The movable active parts of the machines, such as machine tool tools, measuring machine probes, active devices of the robots or the aforementioned apparatus members are caused to move in the space with a further provision. in bigger. The location in space of these organs is carried out by means of markers which are generally orthonormal three-dimensional markers or sometimes polar markers. These markers correspond most often to a system of slides along the three axes permitting to the organ to reach any point of the useful space.

 Precision requirements in the field of these machines or devices now require the taking into account of systematic faults arising either from manufacturing errors, applied forces or temperature variations and corresponding in particular to the lack of orthogonality. , linearity or alignment of the slides or other parts of the machines and either from manufacturing or operating circumstances.

This consideration is currently done through two distinct approaches
The first, which is that of classical metrology, lies in the measurement of the errors of position and shape of the slides of the machine. These processes are long, motteux and, if they allow to define a degree of precision of the machine allowing its classification, the information obtained is only usable for a good order of it.
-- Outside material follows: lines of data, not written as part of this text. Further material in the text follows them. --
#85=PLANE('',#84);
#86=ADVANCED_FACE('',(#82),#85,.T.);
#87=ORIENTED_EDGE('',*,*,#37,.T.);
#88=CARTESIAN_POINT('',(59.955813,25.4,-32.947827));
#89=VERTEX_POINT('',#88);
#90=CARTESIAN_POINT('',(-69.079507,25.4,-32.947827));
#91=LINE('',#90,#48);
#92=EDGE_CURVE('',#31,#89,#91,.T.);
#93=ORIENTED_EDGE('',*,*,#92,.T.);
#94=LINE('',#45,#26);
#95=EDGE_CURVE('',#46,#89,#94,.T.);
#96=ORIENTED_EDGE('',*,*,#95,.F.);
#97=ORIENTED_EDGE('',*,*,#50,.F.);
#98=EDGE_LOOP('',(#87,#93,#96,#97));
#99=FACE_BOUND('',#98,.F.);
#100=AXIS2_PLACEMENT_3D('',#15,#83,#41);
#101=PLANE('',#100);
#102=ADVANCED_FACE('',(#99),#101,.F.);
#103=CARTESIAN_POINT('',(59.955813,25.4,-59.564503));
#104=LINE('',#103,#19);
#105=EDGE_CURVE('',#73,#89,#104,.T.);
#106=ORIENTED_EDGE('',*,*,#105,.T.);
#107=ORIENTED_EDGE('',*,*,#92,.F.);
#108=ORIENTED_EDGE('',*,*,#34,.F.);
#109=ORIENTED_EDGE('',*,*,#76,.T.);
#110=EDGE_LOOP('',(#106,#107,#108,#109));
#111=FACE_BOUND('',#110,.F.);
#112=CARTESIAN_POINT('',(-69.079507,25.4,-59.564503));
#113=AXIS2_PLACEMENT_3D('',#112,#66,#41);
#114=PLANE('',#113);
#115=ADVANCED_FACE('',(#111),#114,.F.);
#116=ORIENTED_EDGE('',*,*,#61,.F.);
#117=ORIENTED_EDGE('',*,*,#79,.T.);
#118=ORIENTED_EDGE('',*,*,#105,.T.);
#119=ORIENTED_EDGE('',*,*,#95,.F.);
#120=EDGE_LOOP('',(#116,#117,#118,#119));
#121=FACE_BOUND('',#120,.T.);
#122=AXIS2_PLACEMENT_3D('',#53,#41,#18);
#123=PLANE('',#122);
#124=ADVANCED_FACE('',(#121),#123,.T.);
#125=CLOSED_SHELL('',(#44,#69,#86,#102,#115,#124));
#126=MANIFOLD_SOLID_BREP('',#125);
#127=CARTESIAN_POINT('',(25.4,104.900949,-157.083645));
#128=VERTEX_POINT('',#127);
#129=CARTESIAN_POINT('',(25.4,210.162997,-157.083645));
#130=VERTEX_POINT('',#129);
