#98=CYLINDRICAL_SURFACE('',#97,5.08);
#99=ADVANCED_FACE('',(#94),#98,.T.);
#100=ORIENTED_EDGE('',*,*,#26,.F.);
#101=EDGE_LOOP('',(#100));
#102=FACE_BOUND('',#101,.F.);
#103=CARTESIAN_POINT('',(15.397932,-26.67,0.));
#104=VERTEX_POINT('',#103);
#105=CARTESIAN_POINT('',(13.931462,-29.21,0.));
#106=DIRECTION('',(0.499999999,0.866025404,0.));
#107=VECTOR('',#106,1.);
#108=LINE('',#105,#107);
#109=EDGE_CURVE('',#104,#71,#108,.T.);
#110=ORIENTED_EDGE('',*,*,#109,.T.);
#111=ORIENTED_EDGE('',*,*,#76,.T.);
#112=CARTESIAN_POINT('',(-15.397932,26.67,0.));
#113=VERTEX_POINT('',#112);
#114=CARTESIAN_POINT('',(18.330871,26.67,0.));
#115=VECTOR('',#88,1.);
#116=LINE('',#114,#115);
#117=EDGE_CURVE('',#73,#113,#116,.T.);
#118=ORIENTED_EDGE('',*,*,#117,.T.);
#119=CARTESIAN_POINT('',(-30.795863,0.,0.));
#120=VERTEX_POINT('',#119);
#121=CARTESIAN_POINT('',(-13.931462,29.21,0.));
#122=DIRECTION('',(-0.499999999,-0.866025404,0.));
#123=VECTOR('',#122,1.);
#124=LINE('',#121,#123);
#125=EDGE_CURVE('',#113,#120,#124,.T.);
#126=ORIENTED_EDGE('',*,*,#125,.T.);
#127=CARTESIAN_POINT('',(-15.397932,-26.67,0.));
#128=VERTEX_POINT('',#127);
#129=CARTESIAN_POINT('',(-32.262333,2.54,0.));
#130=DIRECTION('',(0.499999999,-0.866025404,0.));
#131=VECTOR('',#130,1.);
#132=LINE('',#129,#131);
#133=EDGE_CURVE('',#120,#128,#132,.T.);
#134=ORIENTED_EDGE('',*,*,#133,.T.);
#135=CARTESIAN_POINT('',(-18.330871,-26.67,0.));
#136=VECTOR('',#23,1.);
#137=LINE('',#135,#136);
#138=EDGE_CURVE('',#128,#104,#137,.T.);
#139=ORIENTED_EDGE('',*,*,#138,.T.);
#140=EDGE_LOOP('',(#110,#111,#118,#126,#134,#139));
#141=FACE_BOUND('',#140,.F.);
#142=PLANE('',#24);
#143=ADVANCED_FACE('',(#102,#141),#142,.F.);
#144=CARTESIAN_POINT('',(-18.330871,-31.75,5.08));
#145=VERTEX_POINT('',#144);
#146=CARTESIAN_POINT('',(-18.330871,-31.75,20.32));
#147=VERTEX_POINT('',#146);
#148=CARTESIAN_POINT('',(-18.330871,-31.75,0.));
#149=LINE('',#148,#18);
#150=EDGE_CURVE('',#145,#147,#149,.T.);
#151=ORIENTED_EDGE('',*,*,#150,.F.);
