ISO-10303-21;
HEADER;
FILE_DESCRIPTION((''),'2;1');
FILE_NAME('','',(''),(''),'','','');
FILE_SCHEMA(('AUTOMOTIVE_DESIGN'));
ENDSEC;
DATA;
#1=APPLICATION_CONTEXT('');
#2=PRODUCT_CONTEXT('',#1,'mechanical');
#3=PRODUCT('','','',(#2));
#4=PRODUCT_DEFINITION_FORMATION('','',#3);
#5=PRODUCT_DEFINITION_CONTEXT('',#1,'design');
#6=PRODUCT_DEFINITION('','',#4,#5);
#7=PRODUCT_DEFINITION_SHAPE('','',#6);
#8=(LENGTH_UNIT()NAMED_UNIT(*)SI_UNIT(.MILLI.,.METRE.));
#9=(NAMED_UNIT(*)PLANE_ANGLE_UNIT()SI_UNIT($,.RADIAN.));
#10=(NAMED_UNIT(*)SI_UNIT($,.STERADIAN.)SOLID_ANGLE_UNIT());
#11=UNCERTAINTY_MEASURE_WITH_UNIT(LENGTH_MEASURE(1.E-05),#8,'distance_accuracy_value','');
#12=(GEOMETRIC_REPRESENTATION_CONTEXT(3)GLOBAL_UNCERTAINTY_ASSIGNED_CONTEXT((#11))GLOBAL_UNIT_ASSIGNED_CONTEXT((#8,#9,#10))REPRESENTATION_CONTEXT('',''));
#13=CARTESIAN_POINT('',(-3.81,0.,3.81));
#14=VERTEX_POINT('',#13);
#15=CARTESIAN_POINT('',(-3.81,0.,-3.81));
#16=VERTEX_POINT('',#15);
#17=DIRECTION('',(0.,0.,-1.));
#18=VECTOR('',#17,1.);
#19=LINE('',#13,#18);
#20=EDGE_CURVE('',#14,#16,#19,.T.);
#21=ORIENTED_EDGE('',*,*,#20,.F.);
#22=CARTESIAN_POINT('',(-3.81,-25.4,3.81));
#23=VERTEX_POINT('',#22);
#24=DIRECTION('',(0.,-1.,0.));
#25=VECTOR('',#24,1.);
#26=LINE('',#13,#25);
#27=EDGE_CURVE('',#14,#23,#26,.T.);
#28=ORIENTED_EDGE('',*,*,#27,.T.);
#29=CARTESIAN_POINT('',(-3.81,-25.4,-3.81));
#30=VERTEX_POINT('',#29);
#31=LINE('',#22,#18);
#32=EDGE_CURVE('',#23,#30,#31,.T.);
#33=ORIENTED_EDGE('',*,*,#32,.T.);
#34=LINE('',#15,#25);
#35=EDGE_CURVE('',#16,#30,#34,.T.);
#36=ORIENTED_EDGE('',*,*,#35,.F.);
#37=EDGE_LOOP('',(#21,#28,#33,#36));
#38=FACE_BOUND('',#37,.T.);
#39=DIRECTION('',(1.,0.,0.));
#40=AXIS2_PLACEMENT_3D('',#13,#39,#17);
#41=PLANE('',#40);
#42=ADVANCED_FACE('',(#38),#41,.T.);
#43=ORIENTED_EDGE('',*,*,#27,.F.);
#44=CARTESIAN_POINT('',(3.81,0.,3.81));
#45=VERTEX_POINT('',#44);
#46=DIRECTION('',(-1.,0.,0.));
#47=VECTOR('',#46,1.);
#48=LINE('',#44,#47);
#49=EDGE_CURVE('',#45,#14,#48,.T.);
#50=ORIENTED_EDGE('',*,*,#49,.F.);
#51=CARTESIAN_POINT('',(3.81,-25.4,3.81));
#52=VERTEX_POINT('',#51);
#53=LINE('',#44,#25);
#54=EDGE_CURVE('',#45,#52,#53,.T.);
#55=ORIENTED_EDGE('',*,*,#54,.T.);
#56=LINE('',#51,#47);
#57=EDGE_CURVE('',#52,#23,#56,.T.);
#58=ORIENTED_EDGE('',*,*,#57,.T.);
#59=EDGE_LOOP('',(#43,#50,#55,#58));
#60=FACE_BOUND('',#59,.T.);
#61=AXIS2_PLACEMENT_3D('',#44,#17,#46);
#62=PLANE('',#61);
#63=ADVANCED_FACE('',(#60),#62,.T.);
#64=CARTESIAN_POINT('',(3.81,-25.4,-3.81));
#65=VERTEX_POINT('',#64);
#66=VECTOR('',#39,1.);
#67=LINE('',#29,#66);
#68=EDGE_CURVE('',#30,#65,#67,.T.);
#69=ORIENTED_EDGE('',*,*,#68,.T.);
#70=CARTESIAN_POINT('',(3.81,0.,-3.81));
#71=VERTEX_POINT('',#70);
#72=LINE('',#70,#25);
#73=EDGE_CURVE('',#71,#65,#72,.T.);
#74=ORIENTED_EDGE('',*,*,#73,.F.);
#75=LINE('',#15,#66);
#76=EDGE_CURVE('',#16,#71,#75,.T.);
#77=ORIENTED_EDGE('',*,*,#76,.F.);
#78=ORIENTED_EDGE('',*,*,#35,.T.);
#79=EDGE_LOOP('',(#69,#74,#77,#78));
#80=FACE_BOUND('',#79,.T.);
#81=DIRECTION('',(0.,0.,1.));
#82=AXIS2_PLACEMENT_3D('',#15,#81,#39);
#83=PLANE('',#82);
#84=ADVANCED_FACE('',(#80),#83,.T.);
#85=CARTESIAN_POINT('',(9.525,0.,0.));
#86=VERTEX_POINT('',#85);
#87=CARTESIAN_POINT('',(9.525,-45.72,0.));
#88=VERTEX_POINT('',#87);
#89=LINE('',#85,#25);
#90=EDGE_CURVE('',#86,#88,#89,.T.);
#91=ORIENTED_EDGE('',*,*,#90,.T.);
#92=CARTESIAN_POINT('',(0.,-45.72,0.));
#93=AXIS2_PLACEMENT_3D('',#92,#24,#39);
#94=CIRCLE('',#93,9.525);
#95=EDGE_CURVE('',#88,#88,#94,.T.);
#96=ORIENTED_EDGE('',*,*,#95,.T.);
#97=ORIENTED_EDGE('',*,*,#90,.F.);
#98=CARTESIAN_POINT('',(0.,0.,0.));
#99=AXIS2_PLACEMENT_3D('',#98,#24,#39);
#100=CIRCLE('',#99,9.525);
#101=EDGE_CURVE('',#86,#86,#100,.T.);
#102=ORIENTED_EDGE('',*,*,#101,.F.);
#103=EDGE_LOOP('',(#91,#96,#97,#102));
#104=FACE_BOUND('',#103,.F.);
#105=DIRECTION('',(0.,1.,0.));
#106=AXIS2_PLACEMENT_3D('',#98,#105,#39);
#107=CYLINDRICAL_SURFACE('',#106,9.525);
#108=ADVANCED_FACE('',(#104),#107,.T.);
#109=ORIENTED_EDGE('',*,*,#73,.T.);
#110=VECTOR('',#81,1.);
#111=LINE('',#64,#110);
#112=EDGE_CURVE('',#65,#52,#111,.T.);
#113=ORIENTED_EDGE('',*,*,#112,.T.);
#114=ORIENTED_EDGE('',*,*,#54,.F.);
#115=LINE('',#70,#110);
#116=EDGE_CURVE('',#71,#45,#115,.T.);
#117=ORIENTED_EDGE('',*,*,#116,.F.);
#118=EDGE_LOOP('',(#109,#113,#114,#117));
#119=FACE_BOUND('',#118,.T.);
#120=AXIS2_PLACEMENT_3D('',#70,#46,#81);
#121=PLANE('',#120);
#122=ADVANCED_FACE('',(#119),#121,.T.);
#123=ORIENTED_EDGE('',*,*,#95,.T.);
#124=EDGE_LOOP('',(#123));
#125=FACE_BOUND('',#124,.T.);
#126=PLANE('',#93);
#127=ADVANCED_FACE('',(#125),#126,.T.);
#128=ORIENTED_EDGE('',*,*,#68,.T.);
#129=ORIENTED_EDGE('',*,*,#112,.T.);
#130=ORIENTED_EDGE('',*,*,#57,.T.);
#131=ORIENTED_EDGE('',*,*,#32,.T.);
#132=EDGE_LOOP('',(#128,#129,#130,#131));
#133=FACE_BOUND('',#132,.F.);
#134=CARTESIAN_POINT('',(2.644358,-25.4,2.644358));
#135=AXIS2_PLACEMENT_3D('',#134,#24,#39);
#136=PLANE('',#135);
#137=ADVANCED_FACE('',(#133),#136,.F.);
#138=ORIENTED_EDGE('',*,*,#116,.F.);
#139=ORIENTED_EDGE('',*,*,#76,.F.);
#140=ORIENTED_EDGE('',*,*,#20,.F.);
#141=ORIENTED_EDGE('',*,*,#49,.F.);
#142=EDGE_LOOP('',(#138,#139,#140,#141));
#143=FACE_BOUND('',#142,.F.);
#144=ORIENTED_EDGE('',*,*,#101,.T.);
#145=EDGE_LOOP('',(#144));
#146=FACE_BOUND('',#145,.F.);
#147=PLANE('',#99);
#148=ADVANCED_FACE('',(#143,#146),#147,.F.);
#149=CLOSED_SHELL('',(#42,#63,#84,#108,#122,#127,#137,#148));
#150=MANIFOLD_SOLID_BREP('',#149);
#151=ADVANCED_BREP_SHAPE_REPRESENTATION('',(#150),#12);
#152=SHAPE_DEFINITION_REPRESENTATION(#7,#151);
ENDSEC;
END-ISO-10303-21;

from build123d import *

# Parameters (mm, degrees)
F0_R     = 9.525
F1_DEPTH = 45.72
F3_DEPTH = 25.4


with BuildPart() as f1:
    # F0 (on Front) → F1 (new body)
    with BuildSketch(Plane.XZ):
        Circle(F0_R)
    extrude(amount=F1_DEPTH)

    # F2 (on Front) → F3 (cut)
    with BuildSketch(Plane.XZ):
        with BuildLine():
            ThreePointArc((0, 3.81), (2.694077, 2.694077), (3.81, 0))
            Line((3.81, 0), (3.81, 3.81))
            Line((3.81, 3.81), (0, 3.81))
        make_face()
        with BuildLine():
            Line((0, -3.81), (3.81, -3.81))
            Line((3.81, -3.81), (3.81, 0))
            ThreePointArc((3.81, 0), (2.694077, -2.694077), (0, -3.81))
        make_face()
        with BuildLine():
            Line((-3.81, -3.81), (0, -3.81))
            ThreePointArc((0, -3.81), (-2.694077, -2.694077), (-3.81, 0))
            Line((-3.81, 0), (-3.81, -3.81))
        make_face()
        with BuildLine():
            ThreePointArc((-3.81, 0), (-2.694077, -2.694077), (0, -3.81))
            ThreePointArc((0, -3.81), (2.694077, -2.694077), (3.81, 0))
            ThreePointArc((3.81, 0), (2.694077, 2.694077), (0, 3.81))
            ThreePointArc((0, 3.81), (-2.694077, 2.694077), (-3.81, 0))
        make_face()
        with BuildLine():
            Line((-3.81, 3.81), (-3.81, 0))
            ThreePointArc((-3.81, 0), (-2.694077, 2.694077), (0, 3.81))
            Line((0, 3.81), (-3.81, 3.81))
        make_face()
    extrude(amount=F3_DEPTH, mode=Mode.SUBTRACT)


solid = f1.part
 The second approach is to carry out practical tests, for example to machine a part in the case of machine tools or to measure it, in the case of robots or measuring machines, after which a comparison is made. In the case of a machine tool, for example, the actual geometry of the part obtained is compared with the dimensional control instructions, whereas in the case of a measuring machine, the measurement results obtained will be compared with the actual measurements of the machine. the room. These practical tests are very useful for defining the actual performance of the machine in the specific cases studied and possibly making the necessary corrections. They can not, however, be extended to different cases.

 The present invention therefore proposes to provide a method of locating the position in the space of a movable member of such machines or apparatus making it possible to perform the work in space with increased precision in the whole of the useful space of the machine or apparatus. In particular, this method proposes to eliminate almost completely the aforementioned systematic errors.

In addition, the invention proposes to easily determine, without accessories and with the aid of a number of measurements, the corrections implemented in the process,
The subject of the invention is a method of locating the position in the space of the mobile member of a machine such as a machine tool, a robot-tool, a measuring machine in which the position in the espaae of said member is associated with corresponding coordinates relative to a physical coordinate system integral with the machine or the apparatus, characterized in that a field is determined for the useful space of the machine or the apparatus. vectors associated with each theoretical point of said space, said vector corresponding to the geometric displacement connecting the theoretical point to the real point and that the coordinates are corrected according to said field.

 By theoretical point of the space of the machine, we mean the point in which we should theoretically be, if the reference was perfectly Cartesian, the organ (defined by a particular point of the organ, for example the point of a probe) of the machine or device, when the coordinates of this point are displayed on the machine's physical reference mark. By real point is meant the point where actually said body when said coordinates are displayed.

In this way, if O is the common origin of the physical (actually curvilinear) repre- sentation and of the cartesian coordinate system, then said vector U (M) is such that

 In the case of a machine tool, it is advantageous to use, to represent the active member of the machine, a given point of the spindle. The machining point will thus be defined taking into account the known distance between the pre-point.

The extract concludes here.